(Work request): Start at the line below containing "#426=ADVANCED_FACE('',(#410,#413,#423),#425,.F.);" and stop at the line containing "#448=ORIENTED_EDGE('',*,*,#398,.F.);". Repeat every line of that stretch exactly, and nothing outside it.

Excerpts from a dataset:
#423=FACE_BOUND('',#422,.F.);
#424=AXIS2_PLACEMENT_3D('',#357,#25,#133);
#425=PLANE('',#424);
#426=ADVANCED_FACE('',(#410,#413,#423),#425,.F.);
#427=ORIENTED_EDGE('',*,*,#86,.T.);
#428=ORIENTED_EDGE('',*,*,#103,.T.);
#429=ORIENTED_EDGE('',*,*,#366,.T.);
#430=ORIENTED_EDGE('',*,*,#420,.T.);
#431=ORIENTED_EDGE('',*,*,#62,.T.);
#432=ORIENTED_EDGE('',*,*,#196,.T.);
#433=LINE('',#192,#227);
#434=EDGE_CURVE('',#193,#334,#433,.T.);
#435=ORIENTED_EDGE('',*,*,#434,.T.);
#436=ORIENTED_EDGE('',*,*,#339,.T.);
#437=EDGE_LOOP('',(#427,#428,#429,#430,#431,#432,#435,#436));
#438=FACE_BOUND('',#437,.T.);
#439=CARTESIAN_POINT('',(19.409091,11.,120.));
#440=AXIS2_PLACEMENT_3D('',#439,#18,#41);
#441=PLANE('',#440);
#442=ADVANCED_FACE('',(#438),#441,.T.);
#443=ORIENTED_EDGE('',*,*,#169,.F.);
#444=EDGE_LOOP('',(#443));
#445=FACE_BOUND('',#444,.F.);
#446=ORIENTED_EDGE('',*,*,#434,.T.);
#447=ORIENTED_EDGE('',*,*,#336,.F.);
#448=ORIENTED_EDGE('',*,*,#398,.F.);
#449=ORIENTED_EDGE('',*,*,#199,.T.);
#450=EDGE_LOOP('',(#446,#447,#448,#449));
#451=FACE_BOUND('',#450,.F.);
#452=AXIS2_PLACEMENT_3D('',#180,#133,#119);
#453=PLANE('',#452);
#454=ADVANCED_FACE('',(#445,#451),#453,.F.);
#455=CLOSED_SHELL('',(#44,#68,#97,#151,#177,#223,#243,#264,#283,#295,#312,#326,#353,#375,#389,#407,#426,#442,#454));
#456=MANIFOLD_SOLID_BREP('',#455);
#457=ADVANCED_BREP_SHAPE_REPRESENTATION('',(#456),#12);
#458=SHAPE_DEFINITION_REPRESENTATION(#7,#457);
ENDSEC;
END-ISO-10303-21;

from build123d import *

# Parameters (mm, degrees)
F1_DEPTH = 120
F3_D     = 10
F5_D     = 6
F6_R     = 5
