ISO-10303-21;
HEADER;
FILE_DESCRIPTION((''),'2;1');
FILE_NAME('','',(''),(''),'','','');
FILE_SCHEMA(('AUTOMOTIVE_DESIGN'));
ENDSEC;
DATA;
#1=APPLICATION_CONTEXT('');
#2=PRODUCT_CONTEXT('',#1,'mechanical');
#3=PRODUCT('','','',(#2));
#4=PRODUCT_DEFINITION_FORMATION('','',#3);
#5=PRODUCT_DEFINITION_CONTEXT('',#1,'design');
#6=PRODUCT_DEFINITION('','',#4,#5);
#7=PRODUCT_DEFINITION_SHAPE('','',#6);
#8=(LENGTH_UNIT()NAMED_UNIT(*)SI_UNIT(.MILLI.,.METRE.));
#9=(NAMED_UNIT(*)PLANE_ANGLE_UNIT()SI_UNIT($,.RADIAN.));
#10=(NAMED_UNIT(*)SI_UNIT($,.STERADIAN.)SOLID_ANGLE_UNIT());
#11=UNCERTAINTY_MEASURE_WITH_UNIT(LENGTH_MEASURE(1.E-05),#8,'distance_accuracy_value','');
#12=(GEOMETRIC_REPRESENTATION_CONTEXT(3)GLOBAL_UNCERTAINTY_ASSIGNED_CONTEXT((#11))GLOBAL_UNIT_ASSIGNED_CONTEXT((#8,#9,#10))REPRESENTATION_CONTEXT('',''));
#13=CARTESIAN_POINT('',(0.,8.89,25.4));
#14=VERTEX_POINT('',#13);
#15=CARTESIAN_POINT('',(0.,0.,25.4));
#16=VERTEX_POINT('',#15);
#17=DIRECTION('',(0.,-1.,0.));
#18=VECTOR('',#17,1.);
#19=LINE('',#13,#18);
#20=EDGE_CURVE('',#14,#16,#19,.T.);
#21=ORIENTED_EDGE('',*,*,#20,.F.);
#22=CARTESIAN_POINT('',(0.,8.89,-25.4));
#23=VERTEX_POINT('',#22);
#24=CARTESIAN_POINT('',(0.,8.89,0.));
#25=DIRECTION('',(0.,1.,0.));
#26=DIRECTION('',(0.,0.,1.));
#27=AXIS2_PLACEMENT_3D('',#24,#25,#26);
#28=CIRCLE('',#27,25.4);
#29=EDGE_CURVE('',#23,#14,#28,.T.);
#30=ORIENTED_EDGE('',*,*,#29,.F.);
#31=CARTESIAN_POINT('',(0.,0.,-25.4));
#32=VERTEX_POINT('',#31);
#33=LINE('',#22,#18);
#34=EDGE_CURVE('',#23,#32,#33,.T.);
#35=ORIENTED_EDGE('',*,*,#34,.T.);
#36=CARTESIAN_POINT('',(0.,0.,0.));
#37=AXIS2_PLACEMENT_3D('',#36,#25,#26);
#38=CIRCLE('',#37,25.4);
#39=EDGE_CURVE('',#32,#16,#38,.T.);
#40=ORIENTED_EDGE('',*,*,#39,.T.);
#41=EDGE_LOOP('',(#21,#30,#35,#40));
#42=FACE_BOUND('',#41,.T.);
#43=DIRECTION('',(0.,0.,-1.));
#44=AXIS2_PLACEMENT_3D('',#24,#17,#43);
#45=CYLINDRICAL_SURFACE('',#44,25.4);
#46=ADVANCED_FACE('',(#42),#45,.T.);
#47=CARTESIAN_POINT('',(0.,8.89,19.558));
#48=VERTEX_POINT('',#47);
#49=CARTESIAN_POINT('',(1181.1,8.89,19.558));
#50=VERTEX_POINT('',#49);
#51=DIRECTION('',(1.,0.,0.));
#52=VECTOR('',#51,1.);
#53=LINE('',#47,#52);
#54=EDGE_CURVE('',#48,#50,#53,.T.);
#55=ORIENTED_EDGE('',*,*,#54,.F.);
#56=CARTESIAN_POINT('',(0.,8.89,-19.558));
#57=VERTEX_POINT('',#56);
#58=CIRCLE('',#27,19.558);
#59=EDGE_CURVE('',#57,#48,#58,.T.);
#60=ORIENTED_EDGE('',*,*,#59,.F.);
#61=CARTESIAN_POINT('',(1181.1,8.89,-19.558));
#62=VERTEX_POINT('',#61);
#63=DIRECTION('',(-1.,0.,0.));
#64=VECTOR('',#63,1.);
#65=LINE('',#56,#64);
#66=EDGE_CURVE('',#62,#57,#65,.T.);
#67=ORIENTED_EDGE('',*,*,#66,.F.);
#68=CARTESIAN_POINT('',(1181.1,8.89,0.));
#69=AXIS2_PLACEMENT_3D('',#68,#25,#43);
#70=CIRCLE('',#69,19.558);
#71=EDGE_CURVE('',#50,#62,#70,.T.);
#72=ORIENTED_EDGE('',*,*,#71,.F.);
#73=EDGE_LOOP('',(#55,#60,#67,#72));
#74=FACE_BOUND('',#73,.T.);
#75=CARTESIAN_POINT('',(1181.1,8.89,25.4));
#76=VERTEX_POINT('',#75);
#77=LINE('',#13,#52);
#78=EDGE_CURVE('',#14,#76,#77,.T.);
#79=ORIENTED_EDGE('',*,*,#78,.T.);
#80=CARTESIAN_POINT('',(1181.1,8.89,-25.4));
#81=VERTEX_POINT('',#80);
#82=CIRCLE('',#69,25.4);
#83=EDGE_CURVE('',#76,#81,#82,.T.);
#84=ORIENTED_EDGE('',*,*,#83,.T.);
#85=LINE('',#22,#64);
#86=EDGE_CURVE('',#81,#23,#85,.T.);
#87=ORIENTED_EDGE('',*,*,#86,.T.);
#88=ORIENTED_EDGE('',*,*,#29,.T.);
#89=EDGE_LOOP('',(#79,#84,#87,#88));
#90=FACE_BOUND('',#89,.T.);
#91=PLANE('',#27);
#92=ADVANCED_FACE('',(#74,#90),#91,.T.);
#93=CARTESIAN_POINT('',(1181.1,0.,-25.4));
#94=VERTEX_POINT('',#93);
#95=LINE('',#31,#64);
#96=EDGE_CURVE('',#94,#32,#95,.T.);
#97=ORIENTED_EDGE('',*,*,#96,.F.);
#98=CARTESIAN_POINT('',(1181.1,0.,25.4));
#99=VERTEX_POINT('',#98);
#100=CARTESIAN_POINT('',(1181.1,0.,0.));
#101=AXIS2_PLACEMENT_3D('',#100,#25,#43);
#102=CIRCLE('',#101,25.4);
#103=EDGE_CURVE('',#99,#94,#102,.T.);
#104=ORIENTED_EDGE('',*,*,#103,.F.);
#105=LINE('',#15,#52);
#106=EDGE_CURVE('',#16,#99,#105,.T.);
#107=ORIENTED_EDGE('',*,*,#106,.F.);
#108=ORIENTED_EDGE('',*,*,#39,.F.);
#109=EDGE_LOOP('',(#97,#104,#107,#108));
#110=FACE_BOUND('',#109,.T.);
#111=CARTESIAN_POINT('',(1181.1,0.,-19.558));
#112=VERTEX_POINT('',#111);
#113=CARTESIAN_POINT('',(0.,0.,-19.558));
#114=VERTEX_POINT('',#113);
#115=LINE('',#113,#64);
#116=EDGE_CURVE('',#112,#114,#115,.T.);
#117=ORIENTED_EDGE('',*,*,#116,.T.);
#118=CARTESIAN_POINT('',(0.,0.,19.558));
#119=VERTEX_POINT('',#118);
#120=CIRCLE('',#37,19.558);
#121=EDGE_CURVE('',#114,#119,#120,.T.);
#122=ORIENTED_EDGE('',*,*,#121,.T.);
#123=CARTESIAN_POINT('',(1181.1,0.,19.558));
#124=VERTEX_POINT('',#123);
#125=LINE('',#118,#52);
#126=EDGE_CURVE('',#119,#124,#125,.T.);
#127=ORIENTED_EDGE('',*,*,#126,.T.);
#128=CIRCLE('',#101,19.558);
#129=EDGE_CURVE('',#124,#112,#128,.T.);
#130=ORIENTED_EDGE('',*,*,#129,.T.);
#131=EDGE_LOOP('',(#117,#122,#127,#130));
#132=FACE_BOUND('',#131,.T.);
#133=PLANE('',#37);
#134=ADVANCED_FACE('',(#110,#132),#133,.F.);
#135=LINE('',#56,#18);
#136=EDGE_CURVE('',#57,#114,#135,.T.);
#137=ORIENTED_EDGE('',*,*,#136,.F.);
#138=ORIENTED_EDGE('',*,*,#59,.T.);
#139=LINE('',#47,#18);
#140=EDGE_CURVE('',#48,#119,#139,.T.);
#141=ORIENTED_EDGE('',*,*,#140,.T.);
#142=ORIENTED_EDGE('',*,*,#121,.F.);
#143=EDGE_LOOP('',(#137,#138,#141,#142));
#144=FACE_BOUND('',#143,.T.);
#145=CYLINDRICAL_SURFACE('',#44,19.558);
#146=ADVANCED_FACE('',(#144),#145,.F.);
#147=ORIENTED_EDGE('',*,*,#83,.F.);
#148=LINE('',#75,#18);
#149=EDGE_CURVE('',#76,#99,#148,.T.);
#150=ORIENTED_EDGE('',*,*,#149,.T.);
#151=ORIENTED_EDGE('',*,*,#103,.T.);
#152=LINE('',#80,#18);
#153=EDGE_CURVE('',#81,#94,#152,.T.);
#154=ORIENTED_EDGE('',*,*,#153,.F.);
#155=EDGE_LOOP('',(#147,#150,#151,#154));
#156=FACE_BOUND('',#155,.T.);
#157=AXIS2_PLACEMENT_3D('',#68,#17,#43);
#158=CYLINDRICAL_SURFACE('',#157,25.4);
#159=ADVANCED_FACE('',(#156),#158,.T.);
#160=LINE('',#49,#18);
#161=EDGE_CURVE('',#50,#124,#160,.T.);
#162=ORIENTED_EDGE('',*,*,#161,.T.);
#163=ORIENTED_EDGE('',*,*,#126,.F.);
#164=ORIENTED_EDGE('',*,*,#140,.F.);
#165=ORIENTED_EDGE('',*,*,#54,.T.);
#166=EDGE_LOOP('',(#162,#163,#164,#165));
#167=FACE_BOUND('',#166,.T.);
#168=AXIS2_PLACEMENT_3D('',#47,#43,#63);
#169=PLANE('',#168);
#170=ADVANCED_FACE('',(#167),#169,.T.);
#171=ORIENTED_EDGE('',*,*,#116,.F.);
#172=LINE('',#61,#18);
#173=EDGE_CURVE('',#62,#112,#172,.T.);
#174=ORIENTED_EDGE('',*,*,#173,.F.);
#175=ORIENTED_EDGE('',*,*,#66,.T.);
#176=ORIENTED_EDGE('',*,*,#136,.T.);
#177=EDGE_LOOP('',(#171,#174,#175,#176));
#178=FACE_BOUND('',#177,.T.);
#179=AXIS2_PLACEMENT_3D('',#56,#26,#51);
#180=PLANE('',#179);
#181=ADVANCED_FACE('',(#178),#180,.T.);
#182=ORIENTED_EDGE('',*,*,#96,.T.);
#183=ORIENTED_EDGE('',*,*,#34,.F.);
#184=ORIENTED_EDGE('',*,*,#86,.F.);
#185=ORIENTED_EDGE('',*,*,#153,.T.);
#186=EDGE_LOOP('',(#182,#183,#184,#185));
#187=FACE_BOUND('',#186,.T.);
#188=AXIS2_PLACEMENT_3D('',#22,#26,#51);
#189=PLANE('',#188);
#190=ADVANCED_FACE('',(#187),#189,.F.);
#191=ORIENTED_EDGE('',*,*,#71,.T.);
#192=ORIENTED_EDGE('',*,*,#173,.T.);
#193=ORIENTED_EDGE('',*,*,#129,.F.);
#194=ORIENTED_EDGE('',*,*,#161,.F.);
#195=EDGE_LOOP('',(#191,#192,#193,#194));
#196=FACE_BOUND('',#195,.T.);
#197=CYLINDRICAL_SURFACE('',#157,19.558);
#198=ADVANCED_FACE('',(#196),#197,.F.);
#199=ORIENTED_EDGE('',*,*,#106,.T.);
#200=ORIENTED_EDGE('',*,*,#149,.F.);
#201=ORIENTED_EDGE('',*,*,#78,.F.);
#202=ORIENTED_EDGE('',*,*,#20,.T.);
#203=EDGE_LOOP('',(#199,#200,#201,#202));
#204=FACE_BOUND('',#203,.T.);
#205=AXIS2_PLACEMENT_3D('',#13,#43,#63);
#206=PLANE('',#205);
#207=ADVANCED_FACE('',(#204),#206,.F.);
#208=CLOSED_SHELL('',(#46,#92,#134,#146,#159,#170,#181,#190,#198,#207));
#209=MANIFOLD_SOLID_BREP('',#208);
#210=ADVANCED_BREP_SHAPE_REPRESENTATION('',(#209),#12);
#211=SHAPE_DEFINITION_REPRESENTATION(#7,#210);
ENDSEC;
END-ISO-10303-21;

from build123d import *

# Parameters (mm, degrees)
BOSS_EXTRUDE1_DEPTH = 8.89


with BuildPart() as part:
    # Sketch1 → Boss-Extrude1 (new body)
    with BuildSketch(Plane(origin=(0, 0, 0), x_dir=(1, 0, 0), z_dir=(0, 1, 0))):
        with BuildLine():
            Line((0, 25.4), (1181.1, 25.4))
            ThreePointArc((1181.1, 25.4), (1206.5, 0), (1181.1, -25.4))
            Line((1181.1, -25.4), (0, -25.4))
            ThreePointArc((0, -25.4), (-25.4, 0), (0, 25.4))
        make_face()
        with BuildLine():
            Line((0, 19.558), (1181.1, 19.558))
            ThreePointArc((1181.1, 19.558), (1200.658, 0), (1181.1, -19.558))
            Line((1181.1, -19.558), (0, -19.558))
            ThreePointArc((0, -19.558), (-19.558, 0), (0, 19.558))
        make_face(mode=Mode.SUBTRACT)
    extrude(amount=BOSS_EXTRUDE1_DEPTH)


solid = part.part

(Solution to the exercise):
#426=ADVANCED_FACE('',(#410,#413,#423),#425,.F.);
#427=ORIENTED_EDGE('',*,*,#86,.T.);
#428=ORIENTED_EDGE('',*,*,#103,.T.);
#429=ORIENTED_EDGE('',*,*,#366,.T.);
#430=ORIENTED_EDGE('',*,*,#420,.T.);
#431=ORIENTED_EDGE('',*,*,#62,.T.);
#432=ORIENTED_EDGE('',*,*,#196,.T.);
#433=LINE('',#192,#227);
#434=EDGE_CURVE('',#193,#334,#433,.T.);
#435=ORIENTED_EDGE('',*,*,#434,.T.);
#436=ORIENTED_EDGE('',*,*,#339,.T.);
#437=EDGE_LOOP('',(#427,#428,#429,#430,#431,#432,#435,#436));
#438=FACE_BOUND('',#437,.T.);
#439=CARTESIAN_POINT('',(19.409091,11.,120.));
#440=AXIS2_PLACEMENT_3D('',#439,#18,#41);
#441=PLANE('',#440);
#442=ADVANCED_FACE('',(#438),#441,.T.);
#443=ORIENTED_EDGE('',*,*,#169,.F.);
#444=EDGE_LOOP('',(#443));
#445=FACE_BOUND('',#444,.F.);
#446=ORIENTED_EDGE('',*,*,#434,.T.);
#447=ORIENTED_EDGE('',*,*,#336,.F.);
#448=ORIENTED_EDGE('',*,*,#398,.F.);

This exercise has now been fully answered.